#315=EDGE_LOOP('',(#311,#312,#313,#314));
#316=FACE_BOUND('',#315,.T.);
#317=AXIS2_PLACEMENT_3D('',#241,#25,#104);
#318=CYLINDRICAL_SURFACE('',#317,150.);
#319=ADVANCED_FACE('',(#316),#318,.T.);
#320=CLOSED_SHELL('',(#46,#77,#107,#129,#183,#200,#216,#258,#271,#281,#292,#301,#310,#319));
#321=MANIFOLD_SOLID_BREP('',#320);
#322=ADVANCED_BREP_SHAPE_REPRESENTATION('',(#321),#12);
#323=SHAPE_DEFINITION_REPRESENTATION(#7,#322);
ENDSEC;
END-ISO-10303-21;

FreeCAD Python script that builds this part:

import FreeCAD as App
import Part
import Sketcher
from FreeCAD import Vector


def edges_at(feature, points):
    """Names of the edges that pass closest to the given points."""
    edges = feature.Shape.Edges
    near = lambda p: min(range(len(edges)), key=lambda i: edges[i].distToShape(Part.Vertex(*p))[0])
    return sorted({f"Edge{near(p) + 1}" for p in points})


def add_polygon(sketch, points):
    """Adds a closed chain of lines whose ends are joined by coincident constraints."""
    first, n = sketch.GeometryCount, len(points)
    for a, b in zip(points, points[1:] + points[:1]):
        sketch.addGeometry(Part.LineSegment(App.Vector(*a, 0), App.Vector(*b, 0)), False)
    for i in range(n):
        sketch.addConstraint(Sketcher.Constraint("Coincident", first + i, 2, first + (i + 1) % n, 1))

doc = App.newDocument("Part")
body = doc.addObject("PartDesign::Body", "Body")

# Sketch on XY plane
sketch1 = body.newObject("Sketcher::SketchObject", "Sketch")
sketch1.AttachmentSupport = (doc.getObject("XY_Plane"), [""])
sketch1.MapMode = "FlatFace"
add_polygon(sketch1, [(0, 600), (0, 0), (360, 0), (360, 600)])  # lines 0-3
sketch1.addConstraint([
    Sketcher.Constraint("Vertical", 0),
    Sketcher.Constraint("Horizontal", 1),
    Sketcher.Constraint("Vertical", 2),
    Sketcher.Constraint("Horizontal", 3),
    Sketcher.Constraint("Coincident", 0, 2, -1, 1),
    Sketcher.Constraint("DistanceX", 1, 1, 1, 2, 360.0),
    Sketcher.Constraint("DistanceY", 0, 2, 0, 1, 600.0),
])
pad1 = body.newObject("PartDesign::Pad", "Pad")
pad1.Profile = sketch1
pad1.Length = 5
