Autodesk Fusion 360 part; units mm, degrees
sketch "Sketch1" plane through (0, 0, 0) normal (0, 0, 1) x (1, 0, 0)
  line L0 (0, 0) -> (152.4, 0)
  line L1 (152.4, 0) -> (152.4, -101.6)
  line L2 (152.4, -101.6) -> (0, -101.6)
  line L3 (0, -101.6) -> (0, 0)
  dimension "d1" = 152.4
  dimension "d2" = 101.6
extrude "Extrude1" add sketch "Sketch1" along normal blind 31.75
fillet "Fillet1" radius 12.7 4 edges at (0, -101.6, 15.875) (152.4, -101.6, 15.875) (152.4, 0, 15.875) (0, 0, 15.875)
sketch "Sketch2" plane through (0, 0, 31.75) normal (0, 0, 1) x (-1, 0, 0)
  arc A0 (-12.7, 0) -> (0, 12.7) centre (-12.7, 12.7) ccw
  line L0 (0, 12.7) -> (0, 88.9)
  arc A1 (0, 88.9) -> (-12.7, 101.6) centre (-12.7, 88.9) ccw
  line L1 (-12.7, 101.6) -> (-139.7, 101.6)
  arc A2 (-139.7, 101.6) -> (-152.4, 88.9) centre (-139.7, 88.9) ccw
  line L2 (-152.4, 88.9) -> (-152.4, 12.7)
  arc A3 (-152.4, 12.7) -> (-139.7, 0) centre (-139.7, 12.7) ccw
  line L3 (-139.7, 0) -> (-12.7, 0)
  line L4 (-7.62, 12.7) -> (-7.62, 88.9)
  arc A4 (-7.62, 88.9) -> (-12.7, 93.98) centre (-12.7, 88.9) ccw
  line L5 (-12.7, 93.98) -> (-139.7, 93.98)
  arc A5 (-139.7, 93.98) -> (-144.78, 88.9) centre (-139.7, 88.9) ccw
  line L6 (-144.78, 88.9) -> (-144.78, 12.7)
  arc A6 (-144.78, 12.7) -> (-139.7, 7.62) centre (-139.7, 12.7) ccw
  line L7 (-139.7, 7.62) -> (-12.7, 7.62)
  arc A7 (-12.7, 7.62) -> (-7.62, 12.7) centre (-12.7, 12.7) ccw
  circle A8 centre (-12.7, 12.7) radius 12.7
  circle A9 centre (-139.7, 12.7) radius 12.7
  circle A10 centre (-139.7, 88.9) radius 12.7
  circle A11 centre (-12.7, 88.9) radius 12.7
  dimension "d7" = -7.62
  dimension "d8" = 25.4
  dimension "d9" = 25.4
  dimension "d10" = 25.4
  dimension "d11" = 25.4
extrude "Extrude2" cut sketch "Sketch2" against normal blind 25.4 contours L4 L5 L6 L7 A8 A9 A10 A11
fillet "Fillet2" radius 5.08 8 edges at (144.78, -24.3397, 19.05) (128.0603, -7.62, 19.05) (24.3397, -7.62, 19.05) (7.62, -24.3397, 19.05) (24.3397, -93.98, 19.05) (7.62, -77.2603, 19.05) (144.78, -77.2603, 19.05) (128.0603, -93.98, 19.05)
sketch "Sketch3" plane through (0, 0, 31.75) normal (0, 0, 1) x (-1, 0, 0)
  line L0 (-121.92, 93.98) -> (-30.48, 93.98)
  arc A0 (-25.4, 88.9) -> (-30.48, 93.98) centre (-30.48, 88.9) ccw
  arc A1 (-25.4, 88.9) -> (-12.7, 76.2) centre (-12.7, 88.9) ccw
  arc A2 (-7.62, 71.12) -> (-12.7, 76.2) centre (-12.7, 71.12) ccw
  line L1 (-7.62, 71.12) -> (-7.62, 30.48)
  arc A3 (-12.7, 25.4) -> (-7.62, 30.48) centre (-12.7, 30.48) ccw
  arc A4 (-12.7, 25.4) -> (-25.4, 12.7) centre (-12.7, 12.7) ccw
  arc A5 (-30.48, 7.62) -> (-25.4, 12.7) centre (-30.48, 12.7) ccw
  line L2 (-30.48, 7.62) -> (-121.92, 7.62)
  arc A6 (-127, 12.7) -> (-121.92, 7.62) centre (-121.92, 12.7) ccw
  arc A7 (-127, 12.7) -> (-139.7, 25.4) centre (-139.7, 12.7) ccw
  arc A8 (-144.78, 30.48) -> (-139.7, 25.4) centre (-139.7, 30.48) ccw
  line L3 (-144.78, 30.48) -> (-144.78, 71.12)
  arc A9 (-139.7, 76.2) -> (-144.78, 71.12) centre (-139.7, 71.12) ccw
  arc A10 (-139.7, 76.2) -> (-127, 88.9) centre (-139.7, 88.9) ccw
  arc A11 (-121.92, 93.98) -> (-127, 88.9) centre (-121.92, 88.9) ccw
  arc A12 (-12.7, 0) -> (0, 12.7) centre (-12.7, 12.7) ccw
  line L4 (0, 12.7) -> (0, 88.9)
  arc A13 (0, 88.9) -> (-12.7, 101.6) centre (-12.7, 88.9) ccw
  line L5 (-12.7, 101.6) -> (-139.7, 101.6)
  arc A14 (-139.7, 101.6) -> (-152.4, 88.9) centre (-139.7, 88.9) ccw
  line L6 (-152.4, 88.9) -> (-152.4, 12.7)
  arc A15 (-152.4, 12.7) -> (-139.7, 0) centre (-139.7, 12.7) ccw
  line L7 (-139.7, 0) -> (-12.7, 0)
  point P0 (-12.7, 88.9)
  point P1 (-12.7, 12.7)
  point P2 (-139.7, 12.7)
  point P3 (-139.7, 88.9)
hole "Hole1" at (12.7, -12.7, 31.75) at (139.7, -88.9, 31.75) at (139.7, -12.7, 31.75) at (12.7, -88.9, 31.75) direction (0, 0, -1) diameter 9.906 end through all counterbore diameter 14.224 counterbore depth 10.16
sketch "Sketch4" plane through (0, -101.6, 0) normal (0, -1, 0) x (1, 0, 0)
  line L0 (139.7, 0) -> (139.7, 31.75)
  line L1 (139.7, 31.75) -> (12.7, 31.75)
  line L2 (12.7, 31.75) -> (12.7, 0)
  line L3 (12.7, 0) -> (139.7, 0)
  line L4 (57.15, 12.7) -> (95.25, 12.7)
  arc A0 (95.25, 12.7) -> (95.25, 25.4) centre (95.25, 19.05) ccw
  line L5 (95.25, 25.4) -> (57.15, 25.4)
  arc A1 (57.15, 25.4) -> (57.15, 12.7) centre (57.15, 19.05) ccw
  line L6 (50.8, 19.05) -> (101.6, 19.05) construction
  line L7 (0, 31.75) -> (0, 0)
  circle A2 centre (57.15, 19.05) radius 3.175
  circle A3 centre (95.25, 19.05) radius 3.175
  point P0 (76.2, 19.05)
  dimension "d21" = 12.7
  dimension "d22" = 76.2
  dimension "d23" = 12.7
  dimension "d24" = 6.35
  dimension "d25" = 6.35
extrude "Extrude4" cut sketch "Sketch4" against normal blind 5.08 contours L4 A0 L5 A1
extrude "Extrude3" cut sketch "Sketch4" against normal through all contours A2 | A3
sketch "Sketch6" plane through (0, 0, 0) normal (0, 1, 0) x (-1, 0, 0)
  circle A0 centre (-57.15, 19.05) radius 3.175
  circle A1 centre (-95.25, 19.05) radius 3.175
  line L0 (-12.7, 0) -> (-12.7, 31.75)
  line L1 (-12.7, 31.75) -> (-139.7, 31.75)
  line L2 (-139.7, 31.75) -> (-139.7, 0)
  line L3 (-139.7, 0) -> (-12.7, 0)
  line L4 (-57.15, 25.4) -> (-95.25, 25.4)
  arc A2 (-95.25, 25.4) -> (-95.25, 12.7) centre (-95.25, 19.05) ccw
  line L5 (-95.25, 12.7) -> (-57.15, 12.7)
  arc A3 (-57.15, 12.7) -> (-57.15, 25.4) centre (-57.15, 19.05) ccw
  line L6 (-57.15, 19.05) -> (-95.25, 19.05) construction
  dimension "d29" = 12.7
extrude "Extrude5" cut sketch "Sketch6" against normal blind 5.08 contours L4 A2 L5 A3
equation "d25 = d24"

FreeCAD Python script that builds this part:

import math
import FreeCAD as App
import Part
import Sketcher
from FreeCAD import Vector
Q = App.Units.Quantity


def edges_at(feature, points):
    """Names of the edges that pass closest to the given points."""
    edges = feature.Shape.Edges
    near = lambda p: min(range(len(edges)), key=lambda i: edges[i].distToShape(Part.Vertex(*p))[0])
    return sorted({f"Edge{near(p) + 1}" for p in points})


def add_polygon(sketch, points):
    """Adds a closed chain of lines whose ends are joined by coincident constraints."""
    first, n = sketch.GeometryCount, len(points)
    for a, b in zip(points, points[1:] + points[:1]):
        sketch.addGeometry(Part.LineSegment(App.Vector(*a, 0), App.Vector(*b, 0)), False)
    for i in range(n):
        sketch.addConstraint(Sketcher.Constraint("Coincident", first + i, 2, first + (i + 1) % n, 1))

doc = App.newDocument("Part")
body = doc.addObject("PartDesign::Body", "Body")

# Sketch on XY plane
sketch1 = body.newObject("Sketcher::SketchObject", "Sketch")
sketch1.AttachmentSupport = (doc.getObject("XY_Plane"), [""])
sketch1.MapMode = "FlatFace"
add_polygon(sketch1, [(152, 0), (0, 0), (0, -102), (152, -102)])  # lines 0-3
sketch1.addConstraint(Sketcher.Constraint("Horizontal", 0))
sketch1.addConstraint(Sketcher.Constraint("Vertical", 1))
sketch1.addConstraint(Sketcher.Constraint("Horizontal", 2))
sketch1.addConstraint(Sketcher.Constraint("Vertical", 3))
sketch1.addConstraint(Sketcher.Constraint("Coincident", 0, 2, -1, 1))
sketch1.addConstraint(Sketcher.Constraint("DistanceX", 0, 2, 0, 1, Q("6 in")))
sketch1.addConstraint(Sketcher.Constraint("DistanceY", 1, 2, 1, 1, Q("4 in")))
pad1 = body.newObject("PartDesign::Pad", "Pad")
pad1.Profile = sketch1
pad1.Length = Q("1.25 in")
doc.recompute()

fillet = body.newObject("PartDesign::Fillet", "Fillet")
fillet.Base = (pad1, edges_at(pad1, [
    (0, -101.6, 15.875),
    (152.4, -101.6, 15.875),
    (152.4, 0, 15.875),
    (0, 0, 15.875),
]))
fillet.Radius = Q("0.5 in")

********************

▶ **Goal of the exercise**:
Copy out each line of the entries that holds "contours".

▶ **Completed task**:
extrude "Extrude2" cut sketch "Sketch2" against normal blind 25.4 contours L4 L5 L6 L7 A8 A9 A10 A11
extrude "Extrude4" cut sketch "Sketch4" against normal blind 5.08 contours L4 A0 L5 A1
extrude "Extrude3" cut sketch "Sketch4" against normal through all contours A2 | A3
extrude "Extrude5" cut sketch "Sketch6" against normal blind 5.08 contours L4 A2 L5 A3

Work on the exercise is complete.